Federal data breaches: How long is too long to inform victims?
- By Amber Corrin
- Sep 10, 2012
Negotiating data breaches can mean a tricky balancing act for government agencies. There’s the need to secure information, determine what has happened, alert potential victims and face the public relations firestorm that, if it’s a big enough problem, will ensue. With so many different competing priorities, what’s the right way?
In the Twitter era – when an incident can be publicized to millions within seconds, by just about anyone – it’s difficult to weigh transparency demands against the internal chaos that follows a data breach. Over the past years it’s a struggle a number of federal agencies have had to face. Case in point: This summer, the Environmental Protection Agency admitted their servers had been hacked in a breach that affected some 8,000 users. It took five months for the EPA to come forward with the information.
What took so long? Why the lack of clarity?
According to cybersecurity experts and other inside sources, it takes time to determine what has actually happened. It doesn’t help that there is little in the way of a legal blueprint for dealing with such events.
“What’s going on is that once it’s discovered, there’s a bunch of corrective action happening. They’re figuring out exactly how it was done so they can plug that hole. Many vendors are selling in the broader marketplace, so they have to determine if they’re doing the same thing in, say, the financial sector and if they need to take time to go correct that as well,” said Trey Hodgkins, TechAmerica senior vice president of global public sector government affairs.
According to Hodgkins, that delay is necessary for adequate protection of a number of different interests.
“Much of [the delay] is designed to protect the economic structure of the U.S. If there’s a vulnerability that’s used in the defense industrial base, but it’s also the same practice or technology that’s deployed in other areas…we don’t want to disclose how it happened and then someone say, ‘Oh, look, we can go over here and get all this information,” he said. “That’s generally why there’s a lag – because this corrective action needs to be taken to make sure the damage isn’t worse and more bad actors don’t discover avenues to get in.”
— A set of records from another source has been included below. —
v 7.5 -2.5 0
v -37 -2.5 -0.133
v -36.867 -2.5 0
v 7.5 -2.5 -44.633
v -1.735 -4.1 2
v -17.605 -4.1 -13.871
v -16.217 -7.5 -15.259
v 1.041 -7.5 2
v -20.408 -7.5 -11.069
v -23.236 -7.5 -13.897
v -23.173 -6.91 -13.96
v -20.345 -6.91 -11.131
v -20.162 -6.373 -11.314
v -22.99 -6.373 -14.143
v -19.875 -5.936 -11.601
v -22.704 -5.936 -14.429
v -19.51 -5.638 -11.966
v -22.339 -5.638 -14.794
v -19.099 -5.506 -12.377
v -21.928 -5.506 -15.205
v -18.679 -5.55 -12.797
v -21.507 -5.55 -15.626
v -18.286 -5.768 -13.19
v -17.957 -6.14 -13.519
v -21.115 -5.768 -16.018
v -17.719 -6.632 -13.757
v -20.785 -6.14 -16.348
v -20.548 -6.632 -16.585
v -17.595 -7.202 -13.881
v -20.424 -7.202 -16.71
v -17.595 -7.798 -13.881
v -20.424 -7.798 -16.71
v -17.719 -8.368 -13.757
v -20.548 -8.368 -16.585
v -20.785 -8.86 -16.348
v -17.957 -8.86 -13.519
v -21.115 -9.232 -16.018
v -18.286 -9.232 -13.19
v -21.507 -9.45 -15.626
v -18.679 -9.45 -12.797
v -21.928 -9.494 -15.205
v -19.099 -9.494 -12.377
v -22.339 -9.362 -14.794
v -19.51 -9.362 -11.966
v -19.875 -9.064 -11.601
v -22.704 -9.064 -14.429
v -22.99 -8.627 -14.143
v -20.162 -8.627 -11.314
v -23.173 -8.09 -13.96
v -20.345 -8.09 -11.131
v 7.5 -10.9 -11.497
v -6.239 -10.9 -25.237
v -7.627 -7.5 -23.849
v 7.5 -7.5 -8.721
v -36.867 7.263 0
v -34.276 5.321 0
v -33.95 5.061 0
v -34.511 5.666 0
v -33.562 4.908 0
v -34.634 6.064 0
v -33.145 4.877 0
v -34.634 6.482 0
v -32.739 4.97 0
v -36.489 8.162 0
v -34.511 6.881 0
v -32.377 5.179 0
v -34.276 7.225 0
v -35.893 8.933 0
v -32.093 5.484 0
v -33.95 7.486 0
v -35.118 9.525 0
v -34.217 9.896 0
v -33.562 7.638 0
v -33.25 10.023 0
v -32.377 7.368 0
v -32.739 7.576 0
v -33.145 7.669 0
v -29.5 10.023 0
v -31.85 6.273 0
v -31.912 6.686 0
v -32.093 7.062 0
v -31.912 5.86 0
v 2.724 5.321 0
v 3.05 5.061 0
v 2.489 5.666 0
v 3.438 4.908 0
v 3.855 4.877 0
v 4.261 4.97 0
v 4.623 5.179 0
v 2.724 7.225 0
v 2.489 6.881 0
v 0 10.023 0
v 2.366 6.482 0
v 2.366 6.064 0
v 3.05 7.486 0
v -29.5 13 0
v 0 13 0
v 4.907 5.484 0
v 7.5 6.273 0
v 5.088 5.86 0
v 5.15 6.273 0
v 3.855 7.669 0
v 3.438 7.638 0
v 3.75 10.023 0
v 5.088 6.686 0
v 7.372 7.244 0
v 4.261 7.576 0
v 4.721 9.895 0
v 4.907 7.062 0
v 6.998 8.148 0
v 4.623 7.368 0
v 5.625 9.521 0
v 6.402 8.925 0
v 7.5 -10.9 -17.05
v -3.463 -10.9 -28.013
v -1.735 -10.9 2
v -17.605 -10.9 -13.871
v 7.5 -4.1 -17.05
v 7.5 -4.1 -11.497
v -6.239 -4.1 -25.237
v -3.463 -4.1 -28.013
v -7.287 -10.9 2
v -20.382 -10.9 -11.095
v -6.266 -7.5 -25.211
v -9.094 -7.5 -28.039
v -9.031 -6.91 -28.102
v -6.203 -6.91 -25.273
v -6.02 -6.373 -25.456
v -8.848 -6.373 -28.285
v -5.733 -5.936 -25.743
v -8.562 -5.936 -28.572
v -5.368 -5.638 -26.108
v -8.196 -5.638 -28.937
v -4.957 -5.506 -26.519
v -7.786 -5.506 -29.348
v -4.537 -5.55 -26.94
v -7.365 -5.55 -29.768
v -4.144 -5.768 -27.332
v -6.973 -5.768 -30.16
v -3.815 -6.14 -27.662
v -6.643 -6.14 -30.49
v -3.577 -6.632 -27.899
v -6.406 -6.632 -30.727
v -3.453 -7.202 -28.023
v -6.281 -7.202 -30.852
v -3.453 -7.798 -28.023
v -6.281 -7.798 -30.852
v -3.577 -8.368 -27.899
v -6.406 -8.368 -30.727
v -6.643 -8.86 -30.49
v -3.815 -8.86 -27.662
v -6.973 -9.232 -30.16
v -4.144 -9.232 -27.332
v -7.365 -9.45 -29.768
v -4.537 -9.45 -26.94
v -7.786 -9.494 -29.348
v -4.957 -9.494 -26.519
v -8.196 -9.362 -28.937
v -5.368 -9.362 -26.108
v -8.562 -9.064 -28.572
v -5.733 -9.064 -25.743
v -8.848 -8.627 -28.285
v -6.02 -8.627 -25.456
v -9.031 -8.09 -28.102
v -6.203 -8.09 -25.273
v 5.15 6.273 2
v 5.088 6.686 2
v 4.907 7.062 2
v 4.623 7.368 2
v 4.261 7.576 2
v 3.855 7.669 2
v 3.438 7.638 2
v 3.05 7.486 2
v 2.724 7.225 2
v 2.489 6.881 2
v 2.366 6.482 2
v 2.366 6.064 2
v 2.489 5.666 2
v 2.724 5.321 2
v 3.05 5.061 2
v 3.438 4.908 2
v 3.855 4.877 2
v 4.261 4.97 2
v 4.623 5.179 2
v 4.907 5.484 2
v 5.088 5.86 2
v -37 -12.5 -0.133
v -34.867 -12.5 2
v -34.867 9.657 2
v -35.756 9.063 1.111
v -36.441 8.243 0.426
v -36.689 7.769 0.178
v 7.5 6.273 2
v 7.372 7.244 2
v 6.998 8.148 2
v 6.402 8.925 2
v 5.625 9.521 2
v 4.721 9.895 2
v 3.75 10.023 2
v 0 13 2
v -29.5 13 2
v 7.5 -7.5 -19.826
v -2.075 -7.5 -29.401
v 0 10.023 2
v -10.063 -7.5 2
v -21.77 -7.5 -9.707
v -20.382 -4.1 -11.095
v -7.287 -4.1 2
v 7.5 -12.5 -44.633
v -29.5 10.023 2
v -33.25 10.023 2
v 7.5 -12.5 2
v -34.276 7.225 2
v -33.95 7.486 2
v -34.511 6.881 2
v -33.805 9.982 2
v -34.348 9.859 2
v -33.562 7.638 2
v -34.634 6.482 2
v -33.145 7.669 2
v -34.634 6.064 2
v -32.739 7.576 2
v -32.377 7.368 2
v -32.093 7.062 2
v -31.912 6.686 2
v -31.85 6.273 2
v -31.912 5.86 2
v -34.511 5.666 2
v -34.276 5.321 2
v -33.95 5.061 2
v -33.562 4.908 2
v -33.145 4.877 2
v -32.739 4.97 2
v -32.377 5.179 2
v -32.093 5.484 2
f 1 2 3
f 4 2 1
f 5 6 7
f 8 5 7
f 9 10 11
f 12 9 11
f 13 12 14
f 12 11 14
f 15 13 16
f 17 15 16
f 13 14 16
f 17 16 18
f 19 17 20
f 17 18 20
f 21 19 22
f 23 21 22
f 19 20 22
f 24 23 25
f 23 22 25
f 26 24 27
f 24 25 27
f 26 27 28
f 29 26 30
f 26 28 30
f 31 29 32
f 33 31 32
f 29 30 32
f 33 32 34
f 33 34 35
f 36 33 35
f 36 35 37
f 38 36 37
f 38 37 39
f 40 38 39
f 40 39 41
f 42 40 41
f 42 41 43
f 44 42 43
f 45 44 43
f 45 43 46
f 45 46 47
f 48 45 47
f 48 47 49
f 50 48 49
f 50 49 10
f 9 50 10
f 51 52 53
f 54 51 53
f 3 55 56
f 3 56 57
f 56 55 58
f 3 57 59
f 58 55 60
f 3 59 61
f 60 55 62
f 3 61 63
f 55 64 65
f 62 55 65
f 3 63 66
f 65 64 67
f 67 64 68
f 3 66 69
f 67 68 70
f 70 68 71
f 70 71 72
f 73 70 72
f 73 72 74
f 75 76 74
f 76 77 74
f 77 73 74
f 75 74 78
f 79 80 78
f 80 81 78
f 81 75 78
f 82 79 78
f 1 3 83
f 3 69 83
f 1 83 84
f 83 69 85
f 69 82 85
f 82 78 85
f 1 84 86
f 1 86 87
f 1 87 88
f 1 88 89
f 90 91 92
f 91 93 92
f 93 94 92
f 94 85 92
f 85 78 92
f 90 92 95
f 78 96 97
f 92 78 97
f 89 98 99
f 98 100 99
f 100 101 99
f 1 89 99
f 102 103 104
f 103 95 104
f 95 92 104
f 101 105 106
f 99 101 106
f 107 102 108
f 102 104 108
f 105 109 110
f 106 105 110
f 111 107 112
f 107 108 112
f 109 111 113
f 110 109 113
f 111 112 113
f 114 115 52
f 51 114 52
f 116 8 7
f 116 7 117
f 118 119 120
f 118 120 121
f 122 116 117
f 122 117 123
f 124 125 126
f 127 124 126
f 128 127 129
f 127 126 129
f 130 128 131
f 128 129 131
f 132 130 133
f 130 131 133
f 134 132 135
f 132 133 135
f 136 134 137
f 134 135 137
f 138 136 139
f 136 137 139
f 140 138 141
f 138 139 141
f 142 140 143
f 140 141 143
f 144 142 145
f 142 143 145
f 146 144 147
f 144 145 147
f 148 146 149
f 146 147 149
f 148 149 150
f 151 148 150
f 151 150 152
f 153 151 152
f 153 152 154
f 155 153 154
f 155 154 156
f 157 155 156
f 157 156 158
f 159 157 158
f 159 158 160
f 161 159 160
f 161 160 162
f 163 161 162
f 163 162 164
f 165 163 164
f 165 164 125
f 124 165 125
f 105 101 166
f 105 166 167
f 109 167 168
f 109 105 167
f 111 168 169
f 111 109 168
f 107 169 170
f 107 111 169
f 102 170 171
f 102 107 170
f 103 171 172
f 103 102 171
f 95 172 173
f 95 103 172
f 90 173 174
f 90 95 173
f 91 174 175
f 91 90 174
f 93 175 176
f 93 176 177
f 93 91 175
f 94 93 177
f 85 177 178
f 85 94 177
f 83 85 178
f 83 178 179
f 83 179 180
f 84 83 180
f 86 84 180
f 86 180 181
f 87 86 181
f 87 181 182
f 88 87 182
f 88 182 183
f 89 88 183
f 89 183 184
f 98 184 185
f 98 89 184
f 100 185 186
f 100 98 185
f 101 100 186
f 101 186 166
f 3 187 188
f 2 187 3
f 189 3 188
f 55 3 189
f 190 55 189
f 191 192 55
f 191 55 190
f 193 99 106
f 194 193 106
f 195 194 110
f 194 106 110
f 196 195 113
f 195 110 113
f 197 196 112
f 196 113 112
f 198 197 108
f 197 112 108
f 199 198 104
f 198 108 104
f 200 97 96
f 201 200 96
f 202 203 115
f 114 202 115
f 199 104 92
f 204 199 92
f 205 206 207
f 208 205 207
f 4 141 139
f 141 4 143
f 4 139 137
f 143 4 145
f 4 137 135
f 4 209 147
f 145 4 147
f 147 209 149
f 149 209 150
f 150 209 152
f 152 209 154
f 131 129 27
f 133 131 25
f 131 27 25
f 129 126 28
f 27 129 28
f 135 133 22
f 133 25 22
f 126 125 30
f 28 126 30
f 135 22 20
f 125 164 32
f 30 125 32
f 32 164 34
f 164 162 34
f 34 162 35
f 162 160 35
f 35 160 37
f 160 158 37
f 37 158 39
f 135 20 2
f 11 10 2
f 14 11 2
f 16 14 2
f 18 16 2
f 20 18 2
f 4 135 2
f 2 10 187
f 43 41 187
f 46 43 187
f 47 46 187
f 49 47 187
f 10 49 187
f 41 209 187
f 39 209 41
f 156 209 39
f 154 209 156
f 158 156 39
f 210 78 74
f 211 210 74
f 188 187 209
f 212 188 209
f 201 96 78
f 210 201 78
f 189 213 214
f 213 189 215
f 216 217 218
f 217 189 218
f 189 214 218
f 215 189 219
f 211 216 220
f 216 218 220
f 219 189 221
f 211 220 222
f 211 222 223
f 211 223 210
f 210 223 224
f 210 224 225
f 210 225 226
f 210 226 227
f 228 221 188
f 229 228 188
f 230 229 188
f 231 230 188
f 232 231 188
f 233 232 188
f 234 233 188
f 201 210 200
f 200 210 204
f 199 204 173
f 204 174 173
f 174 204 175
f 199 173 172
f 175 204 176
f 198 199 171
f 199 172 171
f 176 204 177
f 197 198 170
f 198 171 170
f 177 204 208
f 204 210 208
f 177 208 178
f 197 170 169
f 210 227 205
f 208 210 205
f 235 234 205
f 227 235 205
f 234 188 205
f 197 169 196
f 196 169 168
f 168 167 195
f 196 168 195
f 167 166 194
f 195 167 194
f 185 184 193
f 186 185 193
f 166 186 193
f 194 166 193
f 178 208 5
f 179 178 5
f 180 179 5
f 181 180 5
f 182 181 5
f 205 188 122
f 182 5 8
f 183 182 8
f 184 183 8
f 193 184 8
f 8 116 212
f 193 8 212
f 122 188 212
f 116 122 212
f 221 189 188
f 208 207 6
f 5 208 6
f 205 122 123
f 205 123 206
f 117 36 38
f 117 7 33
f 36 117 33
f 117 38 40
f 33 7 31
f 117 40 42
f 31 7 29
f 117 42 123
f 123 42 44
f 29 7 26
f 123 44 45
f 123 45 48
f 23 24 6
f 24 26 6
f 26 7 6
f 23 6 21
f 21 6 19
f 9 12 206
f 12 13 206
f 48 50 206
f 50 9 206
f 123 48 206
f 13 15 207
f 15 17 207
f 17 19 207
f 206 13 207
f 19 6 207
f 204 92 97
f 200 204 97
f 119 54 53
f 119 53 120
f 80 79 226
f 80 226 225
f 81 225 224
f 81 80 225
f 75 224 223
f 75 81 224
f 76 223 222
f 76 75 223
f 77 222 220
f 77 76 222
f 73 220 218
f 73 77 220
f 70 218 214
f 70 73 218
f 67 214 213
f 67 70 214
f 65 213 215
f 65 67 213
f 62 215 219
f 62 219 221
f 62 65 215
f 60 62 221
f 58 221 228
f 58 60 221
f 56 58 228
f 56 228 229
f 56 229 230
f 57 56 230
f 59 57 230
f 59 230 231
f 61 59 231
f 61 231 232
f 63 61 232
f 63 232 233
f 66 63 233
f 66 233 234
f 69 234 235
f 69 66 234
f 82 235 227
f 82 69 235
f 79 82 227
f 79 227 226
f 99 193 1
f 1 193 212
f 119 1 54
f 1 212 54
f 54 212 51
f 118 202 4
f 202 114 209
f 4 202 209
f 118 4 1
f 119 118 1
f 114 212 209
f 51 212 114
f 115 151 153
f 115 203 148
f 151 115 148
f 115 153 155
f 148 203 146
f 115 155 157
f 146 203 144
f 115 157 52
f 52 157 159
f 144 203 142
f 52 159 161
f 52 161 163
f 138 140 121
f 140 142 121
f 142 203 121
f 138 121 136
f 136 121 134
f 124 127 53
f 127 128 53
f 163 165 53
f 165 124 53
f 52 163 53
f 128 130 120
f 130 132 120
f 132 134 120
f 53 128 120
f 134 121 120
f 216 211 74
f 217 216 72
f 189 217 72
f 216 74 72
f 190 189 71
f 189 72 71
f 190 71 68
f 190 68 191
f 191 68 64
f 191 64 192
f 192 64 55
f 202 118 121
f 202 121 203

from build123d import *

# Parameters (mm, degrees)
SKETCH1_R           = 1.4
BOSS_EXTRUDE1_DEPTH = 2
BOSS_EXTRUDE2_START = -12.5
BOSS_EXTRUDE2_DEPTH = 10
SKETCH2_R           = 2
CUT_EXTRUDE1_DEPTH  = 40.088742751
CUT_EXTRUDE2_START  = -4
SKETCH2_3_R         = 2
CUT_EXTRUDE2_DEPTH  = 36.088742751
SKETCH4_W           = 3.030010437
SKETCH4_H           = 28.00665459
CUT_EXTRUDE3_DEPTH  = 40.088742751


# Read off the part's stored shape, not the designer's step: Boss-Extrude2
with BuildPart() as part:
    # Sketch1 → Boss-Extrude1 (new body)
    with BuildSketch(Plane.XY):
        with BuildLine():
            Line((7.5, -2.5), (7.5, 6.273123532))
            ThreePointArc((7.5, 6.273123532), (6.401650429, 8.924773961), (3.75, 10.023123532))
            Line((3.75, 10.023123532), (0, 10.023123532))
            Line((0, 10.023123532), (0, 13))
            Line((0, 13), (-29.5, 13))
            Line((-29.5, 13), (-29.5, 10.023123532))
            Line((-29.5, 10.023123532), (-33.25, 10.023123532))
            ThreePointArc((-33.25, 10.023123532), (-35.901650429, 8.924773961), (-37, 6.273123532))
            Line((-37, 6.273123532), (-37, -2.5))
            Line((-37, -2.5), (7.5, -2.5))
        make_face()
        with Locations((3.75, 6.273123532)):
            Circle(SKETCH1_R, mode=Mode.SUBTRACT)
        with Locations((-33.25, 6.273123532)):
            Circle(SKETCH1_R, mode=Mode.SUBTRACT)
    extrude(amount=BOSS_EXTRUDE1_DEPTH)

    # Boss-Extrude2 outline → Boss-Extrude2 (add)
    with BuildSketch(Plane(origin=(0, 0, 0), x_dir=(1, 0, 0), z_dir=(0, 1, 0)).offset(BOSS_EXTRUDE2_START)):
There are also legal concerns, and there can be questions about what has actually happened. Recently, the FBI was said to have been breached by the hacker group Anonymous, resulting in the release of a million Apple user IDs. The FBI denied any of their computers or information had been stolen, and on Sept. 10 – nearly a week after the story broke – the New York Times reported that Orlando-based company Blue Toad said they had been the victims of the breach.
“Some organizations have internal battles over saying something, whether they can definitively say data was taken; maybe wait to see if the information is used,” said Richard Bejtlich, chief security officer at Mandiant. “A lot of the time you’re not trying to figure out how they got in, but where they are and how much of the enterprise they have. Then it becomes a matter of containment, clean-up and investigation of when the [incident] started.”
But what are agencies required to say about data breaches? There are state-by-state requirements, but so far no uniform standard. Some states require that breaches don’t have to be reported if the information stolen was encrypted; others have to report even encrypted-data theft, Bejtlich said. At the Defense Department, most contracts have provisions for the reporting of breaches to the contract authority or an organization like the Defense Security Service.
Other data security statutes are so outdated, they were written before the Internet era – and are more than ready for a re-write, Hodgkins pointed out.
“The data breach discussion is one of the elements proposed for reform…if you look at many of the statutes, they were passed decades before the Internet existed. Disclosing to someone when things happen – the framework was designed before we had the Internet. The concept that your data would be stolen that way was foreign. That’s the policy debate we’ve been having for some time – what would data breach legislation look like?” he said.
Hodgkins noted that the failed Cybersecurity Act of 2012 included some provisions addressing the issue, which he said he expects will be tackled again in the next Congress, even if not in the form of all-encompassing legislation.
“When you reach this kind of an impasse, it’s time to start looking at breaking things up and starting to pass them individually. Then you actually can move the needle – maybe not in one big chunk, but you can substantially move the needle if you pass any one of these different elements, focusing on one given piece,” Hodgkins said.
But will more laws make a difference?
“It’s tough to legislate excellence – it’s better to [identify] a result, and letting organizations figure out what works for them to get to that result,” Bejtlich said. “These delays are a sign of a broken process, a lack of forensic capability and a lack of data to analyze. It takes a multi-million-dollar program to protect a large enterprise against a well-sourced enemy. A lot of agencies and non-top-tier defense contractors don’t have the DOD or [intelligence community] resources; they’re really struggling.”
Amber Corrin is a former staff writer for FCW and Defense Systems.